Supplied entries
*** Block opens ***

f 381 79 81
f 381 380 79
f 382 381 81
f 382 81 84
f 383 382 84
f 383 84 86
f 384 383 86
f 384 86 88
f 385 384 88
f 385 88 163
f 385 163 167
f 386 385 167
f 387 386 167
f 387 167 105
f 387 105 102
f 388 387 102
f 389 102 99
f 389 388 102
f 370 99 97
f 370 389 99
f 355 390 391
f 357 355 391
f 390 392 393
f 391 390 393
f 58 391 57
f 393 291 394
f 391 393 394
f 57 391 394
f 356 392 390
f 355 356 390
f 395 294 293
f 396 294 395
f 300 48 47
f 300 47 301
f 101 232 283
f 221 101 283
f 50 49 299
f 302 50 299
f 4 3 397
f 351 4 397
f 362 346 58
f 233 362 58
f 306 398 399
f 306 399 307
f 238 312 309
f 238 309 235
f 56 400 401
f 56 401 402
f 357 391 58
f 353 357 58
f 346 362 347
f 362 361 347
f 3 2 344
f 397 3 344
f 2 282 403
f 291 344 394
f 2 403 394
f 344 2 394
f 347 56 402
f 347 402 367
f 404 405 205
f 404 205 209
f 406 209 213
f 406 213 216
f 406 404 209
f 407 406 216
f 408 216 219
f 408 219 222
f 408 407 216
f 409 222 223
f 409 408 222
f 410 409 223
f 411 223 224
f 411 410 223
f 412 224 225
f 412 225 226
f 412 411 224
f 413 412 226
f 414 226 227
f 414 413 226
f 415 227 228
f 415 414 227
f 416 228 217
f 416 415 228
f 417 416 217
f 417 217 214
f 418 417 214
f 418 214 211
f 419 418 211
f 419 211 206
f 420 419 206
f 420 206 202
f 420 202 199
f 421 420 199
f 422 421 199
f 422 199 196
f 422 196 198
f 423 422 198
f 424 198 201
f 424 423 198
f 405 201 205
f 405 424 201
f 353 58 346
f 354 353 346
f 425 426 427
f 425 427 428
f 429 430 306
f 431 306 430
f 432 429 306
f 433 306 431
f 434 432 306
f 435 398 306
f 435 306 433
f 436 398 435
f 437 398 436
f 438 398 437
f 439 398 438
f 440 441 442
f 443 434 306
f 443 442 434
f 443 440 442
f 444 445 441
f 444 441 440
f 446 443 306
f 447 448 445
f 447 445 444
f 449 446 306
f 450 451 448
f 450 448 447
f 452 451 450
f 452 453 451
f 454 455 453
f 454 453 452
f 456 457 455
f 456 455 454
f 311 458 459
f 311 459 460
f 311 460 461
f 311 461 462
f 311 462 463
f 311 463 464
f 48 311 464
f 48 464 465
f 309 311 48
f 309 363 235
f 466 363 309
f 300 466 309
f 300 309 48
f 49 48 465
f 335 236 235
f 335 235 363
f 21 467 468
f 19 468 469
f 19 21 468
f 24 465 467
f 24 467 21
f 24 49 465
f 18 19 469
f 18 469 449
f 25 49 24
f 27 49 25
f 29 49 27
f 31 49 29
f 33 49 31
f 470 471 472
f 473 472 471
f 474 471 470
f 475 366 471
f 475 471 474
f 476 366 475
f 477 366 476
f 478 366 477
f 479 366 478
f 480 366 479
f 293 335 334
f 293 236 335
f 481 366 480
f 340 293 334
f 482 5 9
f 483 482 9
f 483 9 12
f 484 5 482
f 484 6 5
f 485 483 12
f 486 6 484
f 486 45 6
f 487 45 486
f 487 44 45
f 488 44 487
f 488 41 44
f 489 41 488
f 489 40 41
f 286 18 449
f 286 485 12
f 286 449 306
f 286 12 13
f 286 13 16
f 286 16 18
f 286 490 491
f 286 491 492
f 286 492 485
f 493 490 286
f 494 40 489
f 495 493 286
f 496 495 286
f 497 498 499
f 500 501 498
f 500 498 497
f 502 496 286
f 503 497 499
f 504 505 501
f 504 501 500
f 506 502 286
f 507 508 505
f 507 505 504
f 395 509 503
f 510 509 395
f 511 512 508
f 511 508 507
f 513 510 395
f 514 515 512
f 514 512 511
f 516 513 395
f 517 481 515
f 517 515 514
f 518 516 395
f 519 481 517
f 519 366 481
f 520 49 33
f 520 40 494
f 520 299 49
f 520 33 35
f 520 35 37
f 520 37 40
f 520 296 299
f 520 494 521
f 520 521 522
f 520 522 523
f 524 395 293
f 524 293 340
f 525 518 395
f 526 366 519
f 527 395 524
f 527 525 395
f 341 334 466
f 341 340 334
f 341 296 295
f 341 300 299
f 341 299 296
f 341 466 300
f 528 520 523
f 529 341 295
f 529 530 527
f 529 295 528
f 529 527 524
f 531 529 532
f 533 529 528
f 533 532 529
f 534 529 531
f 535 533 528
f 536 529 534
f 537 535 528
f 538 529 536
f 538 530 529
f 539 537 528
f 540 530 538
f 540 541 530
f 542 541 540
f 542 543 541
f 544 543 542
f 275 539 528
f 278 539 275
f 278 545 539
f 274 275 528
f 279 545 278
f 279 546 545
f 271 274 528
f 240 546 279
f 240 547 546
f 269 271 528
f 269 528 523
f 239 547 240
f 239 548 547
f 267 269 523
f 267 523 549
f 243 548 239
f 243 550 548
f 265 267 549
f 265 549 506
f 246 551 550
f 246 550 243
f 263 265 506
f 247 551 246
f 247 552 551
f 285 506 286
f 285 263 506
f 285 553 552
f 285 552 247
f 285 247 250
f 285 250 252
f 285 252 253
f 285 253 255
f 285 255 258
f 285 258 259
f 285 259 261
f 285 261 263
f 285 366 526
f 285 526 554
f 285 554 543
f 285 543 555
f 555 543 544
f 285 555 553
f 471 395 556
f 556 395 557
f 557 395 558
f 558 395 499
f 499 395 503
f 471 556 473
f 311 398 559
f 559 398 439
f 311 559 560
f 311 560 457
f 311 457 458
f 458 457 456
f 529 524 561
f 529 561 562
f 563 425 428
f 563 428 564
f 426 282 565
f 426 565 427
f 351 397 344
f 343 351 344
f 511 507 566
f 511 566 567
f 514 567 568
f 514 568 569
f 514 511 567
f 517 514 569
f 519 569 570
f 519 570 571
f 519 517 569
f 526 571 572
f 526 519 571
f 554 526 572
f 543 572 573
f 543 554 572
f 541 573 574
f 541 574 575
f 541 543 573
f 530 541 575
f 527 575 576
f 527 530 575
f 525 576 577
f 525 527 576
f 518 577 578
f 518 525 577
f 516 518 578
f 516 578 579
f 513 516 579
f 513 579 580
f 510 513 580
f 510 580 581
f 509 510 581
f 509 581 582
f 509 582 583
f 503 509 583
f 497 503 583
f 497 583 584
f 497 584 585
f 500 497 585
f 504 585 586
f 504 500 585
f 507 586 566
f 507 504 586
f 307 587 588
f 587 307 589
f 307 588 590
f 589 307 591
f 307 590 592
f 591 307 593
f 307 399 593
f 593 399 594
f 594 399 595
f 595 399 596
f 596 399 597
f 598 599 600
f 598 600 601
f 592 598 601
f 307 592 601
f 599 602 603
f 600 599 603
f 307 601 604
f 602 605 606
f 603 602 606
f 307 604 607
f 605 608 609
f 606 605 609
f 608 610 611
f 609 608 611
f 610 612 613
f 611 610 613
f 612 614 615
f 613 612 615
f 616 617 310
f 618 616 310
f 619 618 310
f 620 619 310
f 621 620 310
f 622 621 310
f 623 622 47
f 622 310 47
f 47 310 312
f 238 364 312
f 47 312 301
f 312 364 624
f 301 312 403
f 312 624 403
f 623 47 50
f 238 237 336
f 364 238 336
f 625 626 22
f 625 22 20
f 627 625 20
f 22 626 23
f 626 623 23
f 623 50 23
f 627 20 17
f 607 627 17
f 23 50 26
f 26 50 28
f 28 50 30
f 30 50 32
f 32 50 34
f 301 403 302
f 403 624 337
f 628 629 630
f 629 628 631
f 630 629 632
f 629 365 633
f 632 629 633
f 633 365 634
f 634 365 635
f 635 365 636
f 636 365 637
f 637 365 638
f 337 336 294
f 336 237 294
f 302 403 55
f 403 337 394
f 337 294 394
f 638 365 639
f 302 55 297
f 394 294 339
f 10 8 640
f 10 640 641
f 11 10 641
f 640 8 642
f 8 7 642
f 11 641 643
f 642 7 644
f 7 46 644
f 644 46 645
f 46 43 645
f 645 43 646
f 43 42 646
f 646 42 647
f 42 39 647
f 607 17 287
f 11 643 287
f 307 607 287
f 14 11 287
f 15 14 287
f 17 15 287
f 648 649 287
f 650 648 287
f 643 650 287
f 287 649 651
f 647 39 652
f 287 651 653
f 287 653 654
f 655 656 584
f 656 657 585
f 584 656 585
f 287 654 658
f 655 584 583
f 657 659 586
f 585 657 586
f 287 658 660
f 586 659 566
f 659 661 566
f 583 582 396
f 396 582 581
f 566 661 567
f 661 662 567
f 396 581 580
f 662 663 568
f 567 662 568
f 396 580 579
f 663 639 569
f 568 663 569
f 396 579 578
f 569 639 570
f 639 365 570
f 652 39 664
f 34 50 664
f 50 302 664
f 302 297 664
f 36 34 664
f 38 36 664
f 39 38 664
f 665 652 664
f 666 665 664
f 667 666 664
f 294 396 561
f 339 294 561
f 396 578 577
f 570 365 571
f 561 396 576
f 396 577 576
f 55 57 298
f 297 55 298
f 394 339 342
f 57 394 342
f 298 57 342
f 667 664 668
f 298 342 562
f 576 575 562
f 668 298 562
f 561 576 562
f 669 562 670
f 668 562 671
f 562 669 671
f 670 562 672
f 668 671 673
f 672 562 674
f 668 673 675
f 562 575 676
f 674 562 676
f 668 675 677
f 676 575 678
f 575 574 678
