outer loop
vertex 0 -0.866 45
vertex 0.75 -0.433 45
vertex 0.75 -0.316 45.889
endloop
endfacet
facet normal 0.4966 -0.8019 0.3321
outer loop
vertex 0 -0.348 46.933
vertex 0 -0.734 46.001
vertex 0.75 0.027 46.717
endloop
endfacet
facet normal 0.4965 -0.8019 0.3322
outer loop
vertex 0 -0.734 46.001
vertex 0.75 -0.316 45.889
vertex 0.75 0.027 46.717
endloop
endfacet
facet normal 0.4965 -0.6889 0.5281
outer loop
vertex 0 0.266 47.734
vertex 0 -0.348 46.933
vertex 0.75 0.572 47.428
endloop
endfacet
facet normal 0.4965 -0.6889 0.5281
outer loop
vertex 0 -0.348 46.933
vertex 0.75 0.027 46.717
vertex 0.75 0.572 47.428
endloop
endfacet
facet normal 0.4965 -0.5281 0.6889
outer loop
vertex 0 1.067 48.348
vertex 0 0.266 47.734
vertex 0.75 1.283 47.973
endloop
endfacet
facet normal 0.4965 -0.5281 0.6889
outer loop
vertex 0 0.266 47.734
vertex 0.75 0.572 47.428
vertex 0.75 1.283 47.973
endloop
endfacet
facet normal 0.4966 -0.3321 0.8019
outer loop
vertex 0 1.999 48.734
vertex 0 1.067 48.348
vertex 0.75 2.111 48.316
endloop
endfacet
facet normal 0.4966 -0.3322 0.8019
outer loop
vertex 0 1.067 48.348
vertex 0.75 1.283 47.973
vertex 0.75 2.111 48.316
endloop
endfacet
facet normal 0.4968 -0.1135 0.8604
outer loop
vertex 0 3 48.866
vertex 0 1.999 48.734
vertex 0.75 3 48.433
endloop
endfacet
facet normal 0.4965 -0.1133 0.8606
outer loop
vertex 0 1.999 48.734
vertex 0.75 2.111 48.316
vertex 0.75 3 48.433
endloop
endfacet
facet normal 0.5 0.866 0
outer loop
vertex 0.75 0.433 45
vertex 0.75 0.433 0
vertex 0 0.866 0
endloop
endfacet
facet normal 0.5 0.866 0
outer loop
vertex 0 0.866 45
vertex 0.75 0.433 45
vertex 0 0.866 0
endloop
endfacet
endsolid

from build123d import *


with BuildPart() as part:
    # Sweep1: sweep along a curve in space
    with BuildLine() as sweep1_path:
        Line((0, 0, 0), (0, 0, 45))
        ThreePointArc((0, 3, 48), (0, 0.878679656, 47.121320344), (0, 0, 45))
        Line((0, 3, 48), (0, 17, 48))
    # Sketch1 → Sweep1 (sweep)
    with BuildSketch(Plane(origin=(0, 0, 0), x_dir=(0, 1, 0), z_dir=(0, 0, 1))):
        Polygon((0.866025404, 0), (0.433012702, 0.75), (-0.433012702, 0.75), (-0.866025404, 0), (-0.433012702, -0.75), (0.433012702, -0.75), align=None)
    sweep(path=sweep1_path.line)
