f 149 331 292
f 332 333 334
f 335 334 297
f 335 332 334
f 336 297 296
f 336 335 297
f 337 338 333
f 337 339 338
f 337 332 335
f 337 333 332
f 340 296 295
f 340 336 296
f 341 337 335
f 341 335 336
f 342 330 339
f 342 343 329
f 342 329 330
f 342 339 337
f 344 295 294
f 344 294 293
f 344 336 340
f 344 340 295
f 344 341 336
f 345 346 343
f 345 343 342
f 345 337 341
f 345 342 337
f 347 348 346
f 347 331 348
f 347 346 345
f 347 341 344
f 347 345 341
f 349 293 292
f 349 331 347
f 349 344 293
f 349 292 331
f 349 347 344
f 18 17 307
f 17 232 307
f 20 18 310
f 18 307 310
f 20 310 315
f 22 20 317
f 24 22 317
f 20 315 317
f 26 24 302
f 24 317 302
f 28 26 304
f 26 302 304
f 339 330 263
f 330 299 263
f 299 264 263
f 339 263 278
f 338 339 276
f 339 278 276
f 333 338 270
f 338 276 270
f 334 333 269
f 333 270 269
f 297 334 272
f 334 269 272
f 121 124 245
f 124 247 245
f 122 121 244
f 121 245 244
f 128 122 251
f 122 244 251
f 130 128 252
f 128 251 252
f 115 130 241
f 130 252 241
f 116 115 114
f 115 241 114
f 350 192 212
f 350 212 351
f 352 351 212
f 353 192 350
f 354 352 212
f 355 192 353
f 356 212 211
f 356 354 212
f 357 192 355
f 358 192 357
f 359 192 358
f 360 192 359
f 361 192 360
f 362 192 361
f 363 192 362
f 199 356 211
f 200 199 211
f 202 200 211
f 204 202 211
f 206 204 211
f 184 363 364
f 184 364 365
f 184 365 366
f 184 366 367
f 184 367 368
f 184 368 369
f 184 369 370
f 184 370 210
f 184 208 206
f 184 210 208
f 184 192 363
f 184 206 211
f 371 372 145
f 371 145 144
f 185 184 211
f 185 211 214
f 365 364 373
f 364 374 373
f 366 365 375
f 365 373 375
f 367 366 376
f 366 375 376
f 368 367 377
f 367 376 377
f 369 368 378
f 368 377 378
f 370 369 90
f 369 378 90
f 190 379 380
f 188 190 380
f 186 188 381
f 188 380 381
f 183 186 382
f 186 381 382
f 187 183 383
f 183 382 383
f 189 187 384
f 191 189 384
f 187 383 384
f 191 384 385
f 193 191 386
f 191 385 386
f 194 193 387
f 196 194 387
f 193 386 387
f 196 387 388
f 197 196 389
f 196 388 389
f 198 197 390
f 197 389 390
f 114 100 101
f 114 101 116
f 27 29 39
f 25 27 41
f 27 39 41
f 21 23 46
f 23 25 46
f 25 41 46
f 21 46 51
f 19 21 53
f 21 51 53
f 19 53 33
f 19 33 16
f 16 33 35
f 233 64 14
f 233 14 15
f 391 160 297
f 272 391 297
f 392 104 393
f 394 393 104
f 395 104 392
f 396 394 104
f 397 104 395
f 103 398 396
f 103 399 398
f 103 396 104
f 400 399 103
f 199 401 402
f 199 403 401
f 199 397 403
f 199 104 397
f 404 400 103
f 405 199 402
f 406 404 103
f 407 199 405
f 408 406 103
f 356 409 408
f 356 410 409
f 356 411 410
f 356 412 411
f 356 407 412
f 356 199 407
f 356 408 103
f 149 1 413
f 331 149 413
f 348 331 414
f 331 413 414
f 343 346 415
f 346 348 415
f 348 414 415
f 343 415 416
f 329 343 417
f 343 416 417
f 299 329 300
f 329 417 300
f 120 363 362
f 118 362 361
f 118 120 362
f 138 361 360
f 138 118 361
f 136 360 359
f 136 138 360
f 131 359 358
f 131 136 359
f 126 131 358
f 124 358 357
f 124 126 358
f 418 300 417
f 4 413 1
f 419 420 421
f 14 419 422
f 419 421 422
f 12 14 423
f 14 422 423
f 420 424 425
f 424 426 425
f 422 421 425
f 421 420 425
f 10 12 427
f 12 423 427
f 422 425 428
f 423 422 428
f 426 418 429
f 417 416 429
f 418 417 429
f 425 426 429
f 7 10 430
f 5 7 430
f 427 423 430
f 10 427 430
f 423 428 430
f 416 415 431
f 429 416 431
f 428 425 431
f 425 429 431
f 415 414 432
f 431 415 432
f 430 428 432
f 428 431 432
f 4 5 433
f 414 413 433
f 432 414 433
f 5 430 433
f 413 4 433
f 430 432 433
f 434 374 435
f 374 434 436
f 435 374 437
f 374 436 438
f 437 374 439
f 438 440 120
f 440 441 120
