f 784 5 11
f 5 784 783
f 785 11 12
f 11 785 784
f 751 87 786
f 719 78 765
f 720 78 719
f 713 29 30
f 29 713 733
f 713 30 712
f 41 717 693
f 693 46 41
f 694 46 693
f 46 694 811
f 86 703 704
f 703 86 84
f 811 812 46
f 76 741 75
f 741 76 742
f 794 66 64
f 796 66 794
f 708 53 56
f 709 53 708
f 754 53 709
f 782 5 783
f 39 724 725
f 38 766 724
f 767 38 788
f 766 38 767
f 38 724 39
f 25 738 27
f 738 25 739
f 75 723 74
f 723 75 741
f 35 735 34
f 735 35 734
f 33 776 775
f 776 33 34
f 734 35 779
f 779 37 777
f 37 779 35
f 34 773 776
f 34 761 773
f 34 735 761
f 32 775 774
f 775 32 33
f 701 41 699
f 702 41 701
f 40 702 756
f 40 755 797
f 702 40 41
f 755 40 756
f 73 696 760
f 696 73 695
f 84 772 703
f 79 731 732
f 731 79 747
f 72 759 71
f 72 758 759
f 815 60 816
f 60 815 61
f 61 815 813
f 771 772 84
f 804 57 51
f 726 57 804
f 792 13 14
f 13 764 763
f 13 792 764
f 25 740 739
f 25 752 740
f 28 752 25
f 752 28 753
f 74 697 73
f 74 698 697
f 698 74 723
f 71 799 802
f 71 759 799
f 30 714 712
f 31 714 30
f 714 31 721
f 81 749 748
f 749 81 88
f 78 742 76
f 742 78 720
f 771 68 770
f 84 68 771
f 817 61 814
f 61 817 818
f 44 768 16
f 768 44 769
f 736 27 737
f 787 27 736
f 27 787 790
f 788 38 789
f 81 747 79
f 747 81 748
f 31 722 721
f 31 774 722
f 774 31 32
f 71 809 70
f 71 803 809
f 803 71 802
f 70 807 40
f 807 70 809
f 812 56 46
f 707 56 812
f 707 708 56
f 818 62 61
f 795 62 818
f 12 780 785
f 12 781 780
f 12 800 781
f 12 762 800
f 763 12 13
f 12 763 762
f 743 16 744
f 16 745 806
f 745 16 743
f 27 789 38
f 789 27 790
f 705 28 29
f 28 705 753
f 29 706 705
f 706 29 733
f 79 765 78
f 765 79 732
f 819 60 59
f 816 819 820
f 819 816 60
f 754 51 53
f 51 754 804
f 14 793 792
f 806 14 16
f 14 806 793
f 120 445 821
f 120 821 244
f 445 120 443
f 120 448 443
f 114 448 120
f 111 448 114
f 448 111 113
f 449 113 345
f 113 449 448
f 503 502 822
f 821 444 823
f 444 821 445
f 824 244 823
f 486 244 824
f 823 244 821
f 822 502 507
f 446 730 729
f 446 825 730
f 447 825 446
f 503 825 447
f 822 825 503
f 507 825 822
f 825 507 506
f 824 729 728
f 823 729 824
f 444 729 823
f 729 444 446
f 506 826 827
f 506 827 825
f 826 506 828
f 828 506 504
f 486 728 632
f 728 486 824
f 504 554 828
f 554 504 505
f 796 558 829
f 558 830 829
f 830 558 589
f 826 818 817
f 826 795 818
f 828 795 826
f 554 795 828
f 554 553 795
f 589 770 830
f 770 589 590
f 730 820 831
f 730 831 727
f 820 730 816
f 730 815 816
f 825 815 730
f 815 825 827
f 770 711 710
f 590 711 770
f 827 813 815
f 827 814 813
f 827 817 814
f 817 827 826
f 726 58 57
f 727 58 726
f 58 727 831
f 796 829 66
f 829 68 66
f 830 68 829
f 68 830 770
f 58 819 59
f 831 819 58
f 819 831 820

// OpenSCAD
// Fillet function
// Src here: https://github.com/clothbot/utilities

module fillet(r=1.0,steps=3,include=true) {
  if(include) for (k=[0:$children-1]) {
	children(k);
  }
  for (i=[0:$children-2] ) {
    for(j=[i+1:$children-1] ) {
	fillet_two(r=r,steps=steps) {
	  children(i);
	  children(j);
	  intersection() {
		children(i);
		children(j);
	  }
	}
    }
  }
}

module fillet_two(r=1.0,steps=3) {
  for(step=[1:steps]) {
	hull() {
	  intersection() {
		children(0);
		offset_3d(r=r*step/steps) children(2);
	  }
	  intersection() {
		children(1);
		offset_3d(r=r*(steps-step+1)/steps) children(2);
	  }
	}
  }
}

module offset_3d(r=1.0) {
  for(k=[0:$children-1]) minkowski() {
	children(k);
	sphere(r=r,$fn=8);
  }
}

*** Block closes ***

Write out the material above exactly, please, from its first line up to and including the line where "f 355 390 391" appears, and stop there.

f 381 79 81
f 381 380 79
f 382 381 81
f 382 81 84
f 383 382 84
f 383 84 86
f 384 383 86
f 384 86 88
f 385 384 88
f 385 88 163
f 385 163 167
f 386 385 167
f 387 386 167
f 387 167 105
f 387 105 102
f 388 387 102
f 389 102 99
f 389 388 102
f 370 99 97
f 370 389 99
f 355 390 391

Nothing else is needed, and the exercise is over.